Melonggarnya likuiditas itu juga membuat profil risiko lembaga keuangan turut terjaga.
Secara terpisah, Kepala Ekonom PT Bank Mandiri (Persero) Tbk Anton Hermanto Gunawan mengatakan, arus masuk modal portofolio tahun ini masih akan berlanjut. Hal itu berpotensi membuat likuiditas perbankan melonggar.
”Dana dari luar yang dibelanjakan dalam bentuk saham atau obligasi dalam jumlah yang cukup besar itu akan masuk ke sistem perbankan,” katanya.
Anton menambahkan, pertumbuhan dana pihak ketiga (DPK) tahun ini dimulai sejak arus modal asing masuk ke Indonesia melalui instrumen portofolio tersebut.
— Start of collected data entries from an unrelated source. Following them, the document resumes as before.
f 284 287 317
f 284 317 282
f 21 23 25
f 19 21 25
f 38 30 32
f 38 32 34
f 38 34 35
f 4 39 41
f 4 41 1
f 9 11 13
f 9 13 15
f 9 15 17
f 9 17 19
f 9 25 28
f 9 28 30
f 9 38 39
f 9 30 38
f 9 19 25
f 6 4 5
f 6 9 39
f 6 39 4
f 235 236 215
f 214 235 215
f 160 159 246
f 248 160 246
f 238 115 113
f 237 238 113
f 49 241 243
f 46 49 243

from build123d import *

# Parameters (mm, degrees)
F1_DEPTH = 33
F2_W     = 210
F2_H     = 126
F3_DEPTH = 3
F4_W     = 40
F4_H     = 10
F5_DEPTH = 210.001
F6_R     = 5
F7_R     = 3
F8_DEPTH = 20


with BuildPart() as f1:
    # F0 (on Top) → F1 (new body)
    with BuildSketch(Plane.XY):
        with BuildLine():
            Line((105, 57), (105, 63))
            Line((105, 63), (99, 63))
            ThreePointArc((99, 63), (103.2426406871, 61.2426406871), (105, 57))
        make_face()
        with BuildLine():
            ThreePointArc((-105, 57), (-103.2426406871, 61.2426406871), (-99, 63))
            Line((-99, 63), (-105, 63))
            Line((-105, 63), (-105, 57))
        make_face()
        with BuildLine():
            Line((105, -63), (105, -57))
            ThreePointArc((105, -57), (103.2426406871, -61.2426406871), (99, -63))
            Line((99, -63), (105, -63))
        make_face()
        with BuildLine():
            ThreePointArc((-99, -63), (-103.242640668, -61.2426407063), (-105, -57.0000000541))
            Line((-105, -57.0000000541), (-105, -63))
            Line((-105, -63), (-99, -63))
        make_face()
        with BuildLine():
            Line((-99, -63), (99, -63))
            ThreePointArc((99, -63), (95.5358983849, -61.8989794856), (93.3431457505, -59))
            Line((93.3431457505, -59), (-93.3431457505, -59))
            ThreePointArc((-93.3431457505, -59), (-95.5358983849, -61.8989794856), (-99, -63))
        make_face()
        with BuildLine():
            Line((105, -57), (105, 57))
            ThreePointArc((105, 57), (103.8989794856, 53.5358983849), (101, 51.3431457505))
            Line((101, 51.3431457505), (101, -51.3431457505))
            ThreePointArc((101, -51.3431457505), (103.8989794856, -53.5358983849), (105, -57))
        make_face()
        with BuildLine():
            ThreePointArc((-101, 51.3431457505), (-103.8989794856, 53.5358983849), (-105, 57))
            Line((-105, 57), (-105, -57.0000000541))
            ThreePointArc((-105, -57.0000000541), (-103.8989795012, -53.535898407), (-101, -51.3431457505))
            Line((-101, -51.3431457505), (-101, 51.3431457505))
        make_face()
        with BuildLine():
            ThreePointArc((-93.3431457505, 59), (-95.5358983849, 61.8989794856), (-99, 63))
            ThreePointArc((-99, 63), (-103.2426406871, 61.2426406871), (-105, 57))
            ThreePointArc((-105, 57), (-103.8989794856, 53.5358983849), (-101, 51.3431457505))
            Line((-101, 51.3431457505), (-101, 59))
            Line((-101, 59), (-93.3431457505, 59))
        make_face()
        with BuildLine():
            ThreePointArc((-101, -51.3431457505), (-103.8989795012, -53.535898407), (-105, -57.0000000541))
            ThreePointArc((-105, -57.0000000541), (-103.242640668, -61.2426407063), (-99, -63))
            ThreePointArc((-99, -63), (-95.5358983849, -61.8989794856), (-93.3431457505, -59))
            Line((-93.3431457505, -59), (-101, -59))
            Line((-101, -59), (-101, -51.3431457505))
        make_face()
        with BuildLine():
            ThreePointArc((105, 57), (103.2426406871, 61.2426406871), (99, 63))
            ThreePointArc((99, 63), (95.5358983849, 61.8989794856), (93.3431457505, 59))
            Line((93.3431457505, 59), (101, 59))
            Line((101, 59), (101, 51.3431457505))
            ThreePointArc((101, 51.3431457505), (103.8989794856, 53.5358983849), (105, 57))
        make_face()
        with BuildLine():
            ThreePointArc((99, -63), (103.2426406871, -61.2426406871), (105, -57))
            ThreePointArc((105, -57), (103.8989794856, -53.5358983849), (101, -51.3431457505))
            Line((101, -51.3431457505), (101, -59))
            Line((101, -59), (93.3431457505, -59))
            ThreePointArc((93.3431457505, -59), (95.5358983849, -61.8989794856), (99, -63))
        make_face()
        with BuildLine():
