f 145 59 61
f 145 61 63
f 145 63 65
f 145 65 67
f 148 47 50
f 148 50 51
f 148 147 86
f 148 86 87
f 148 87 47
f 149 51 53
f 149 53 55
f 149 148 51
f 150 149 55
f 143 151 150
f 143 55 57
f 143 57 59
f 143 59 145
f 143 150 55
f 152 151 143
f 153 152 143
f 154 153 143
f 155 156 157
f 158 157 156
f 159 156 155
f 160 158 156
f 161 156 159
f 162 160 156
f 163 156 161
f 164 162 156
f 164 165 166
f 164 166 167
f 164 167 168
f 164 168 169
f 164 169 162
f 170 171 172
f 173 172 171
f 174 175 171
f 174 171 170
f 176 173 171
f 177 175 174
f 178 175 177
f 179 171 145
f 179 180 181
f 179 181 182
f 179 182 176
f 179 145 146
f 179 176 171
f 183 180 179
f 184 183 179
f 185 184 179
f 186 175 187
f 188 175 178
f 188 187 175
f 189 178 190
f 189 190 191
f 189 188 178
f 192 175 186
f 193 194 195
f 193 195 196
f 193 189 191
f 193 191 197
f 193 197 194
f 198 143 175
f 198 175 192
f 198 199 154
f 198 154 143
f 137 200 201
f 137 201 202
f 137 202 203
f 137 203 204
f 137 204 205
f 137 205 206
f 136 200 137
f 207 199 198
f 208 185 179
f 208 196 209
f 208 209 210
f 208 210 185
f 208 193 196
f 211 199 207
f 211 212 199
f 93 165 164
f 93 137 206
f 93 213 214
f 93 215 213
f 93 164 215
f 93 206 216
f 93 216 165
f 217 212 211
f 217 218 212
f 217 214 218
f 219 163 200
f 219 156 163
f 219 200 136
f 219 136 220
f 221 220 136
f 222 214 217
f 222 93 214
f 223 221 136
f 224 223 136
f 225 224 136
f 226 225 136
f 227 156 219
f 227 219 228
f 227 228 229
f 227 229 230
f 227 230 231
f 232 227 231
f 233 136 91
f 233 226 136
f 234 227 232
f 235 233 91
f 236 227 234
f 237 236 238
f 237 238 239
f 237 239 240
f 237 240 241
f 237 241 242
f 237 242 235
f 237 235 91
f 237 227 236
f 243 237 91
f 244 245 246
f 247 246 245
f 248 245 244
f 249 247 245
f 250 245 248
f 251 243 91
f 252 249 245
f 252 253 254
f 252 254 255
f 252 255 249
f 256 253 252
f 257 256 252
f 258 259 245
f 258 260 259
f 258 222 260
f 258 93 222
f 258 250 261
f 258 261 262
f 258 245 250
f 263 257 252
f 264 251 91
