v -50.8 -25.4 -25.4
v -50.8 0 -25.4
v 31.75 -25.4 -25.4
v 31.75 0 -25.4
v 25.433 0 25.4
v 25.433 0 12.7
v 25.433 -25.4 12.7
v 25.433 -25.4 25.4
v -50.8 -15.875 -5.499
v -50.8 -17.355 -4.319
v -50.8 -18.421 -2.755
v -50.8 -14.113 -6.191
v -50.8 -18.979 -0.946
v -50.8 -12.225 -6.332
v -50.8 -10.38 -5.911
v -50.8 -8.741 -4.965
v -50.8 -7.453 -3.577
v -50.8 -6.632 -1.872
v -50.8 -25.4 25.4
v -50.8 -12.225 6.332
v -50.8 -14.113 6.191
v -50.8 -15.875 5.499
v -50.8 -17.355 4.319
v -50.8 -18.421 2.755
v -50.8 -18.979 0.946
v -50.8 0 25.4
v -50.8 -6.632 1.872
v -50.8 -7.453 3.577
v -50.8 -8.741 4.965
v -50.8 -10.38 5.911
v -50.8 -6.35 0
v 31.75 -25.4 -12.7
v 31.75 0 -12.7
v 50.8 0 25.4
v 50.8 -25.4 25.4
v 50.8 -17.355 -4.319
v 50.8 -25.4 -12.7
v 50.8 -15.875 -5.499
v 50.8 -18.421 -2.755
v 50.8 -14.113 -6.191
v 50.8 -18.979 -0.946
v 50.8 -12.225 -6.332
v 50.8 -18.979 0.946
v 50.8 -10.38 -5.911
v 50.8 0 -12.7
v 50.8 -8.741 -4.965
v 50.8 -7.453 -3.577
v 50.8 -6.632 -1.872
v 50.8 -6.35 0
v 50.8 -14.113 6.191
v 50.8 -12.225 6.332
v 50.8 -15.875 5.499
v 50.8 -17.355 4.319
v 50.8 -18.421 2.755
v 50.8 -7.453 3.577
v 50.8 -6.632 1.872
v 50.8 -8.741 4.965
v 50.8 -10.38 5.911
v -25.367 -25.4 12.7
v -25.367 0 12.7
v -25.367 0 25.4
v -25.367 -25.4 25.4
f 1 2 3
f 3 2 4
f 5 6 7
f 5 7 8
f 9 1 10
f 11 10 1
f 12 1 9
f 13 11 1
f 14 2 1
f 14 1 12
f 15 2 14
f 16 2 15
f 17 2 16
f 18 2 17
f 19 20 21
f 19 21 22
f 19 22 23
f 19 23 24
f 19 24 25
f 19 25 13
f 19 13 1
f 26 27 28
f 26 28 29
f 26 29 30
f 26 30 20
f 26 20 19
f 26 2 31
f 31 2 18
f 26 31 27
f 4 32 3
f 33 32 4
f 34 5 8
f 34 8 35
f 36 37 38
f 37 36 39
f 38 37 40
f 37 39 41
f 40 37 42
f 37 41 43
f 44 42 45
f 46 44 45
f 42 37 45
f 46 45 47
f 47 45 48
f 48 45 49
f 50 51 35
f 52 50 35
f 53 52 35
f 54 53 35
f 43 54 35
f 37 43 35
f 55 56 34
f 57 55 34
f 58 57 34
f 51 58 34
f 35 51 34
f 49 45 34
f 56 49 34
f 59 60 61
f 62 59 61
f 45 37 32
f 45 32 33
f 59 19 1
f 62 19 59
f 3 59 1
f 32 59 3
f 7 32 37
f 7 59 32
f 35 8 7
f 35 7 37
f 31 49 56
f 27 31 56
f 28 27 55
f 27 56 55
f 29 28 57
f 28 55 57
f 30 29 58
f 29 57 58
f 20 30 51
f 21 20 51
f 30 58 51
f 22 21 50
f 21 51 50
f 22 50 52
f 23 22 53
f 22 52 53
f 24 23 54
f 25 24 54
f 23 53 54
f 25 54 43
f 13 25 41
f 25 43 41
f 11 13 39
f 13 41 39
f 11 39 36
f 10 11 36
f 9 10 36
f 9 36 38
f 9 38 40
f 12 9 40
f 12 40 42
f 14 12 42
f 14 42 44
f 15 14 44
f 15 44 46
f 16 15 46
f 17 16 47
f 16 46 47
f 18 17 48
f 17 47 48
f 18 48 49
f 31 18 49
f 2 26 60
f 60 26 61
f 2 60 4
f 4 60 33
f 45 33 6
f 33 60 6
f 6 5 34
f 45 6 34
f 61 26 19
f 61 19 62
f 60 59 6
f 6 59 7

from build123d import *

# Parameters (mm, degrees)
F0_W     = 101.6
F0_H     = 50.8
F1_DEPTH = 25.4
F2_W     = 50.8
F2_H     = 12.7
F4_DEPTH = 25.4
F3_W     = 25.4
F3_H     = 12.7
F5_DEPTH = 19.05
F6_R     = 6.35
F7_DEPTH = 101.6


with BuildPart() as f1:
    # F0 (on Front) → F1 (new body)
    with BuildSketch(Plane.XZ):
        Rectangle(F0_W, F0_H)
    extrude(amount=F1_DEPTH)

    # F2 (on face) → F4 (cut)
    with BuildSketch(Plane.XZ.offset(25.4)):
        with Locations((0.033422, 19.05)):
            Rectangle(F2_W, F2_H)
    extrude(amount=-F4_DEPTH, mode=Mode.SUBTRACT)

    # F3 (on face) → F5 (cut)
    with BuildSketch(Plane.YZ.offset(50.8)):
        with Locations((-12.7, -19.05)):
            Rectangle(F3_W, F3_H)
    extrude(amount=-F5_DEPTH, mode=Mode.SUBTRACT)

    # F6 (on face) → F7 (cut)
    with BuildSketch(Plane.YZ.offset(50.8)):
        with Locations((-12.7, 0)):
            Circle(F6_R)
    extrude(amount=-F7_DEPTH, mode=Mode.SUBTRACT)


solid = f1.part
Selain itu, harga komoditas diperkirakan juga akan kembali booming sehingga ke depan akan turut menambah ketersediaan likuiditas.
Pertumbuhan DPK tahun ini dimulai sejak arus modal asing masuk ke Indonesia melalui instrumen portofolio tersebut. Selain itu, harga komoditas juga diperkirakan akan kembali booming sehingga ke depan akan turut menambah ketersediaan likuiditas.
Dengan kelonggaran likuiditas yang disebabkan sejumlah faktor itu, perbankan tidak lagi perlu menaikkan suku bunga kredit untuk menambah DPK. Apalagi, sejak tahun lalu, bank telah mengerek suku bunga kredit sebagai salah satu upaya menghimpun DPK.
Berdasarkan data OJK, pada Februari 2019 pertumbuhan kredit perbankan tercatat sebesar 12,13 persen dibandingkan Februari 2018. Adapun pertumbuhan DPK Perbankan sebesar 6,57 persen. Pada tahun ini, OJK menargetkan kredit tumbuh 10-12 persen, sedangkan DPK ditargetkan tumbuh 8-10 persen.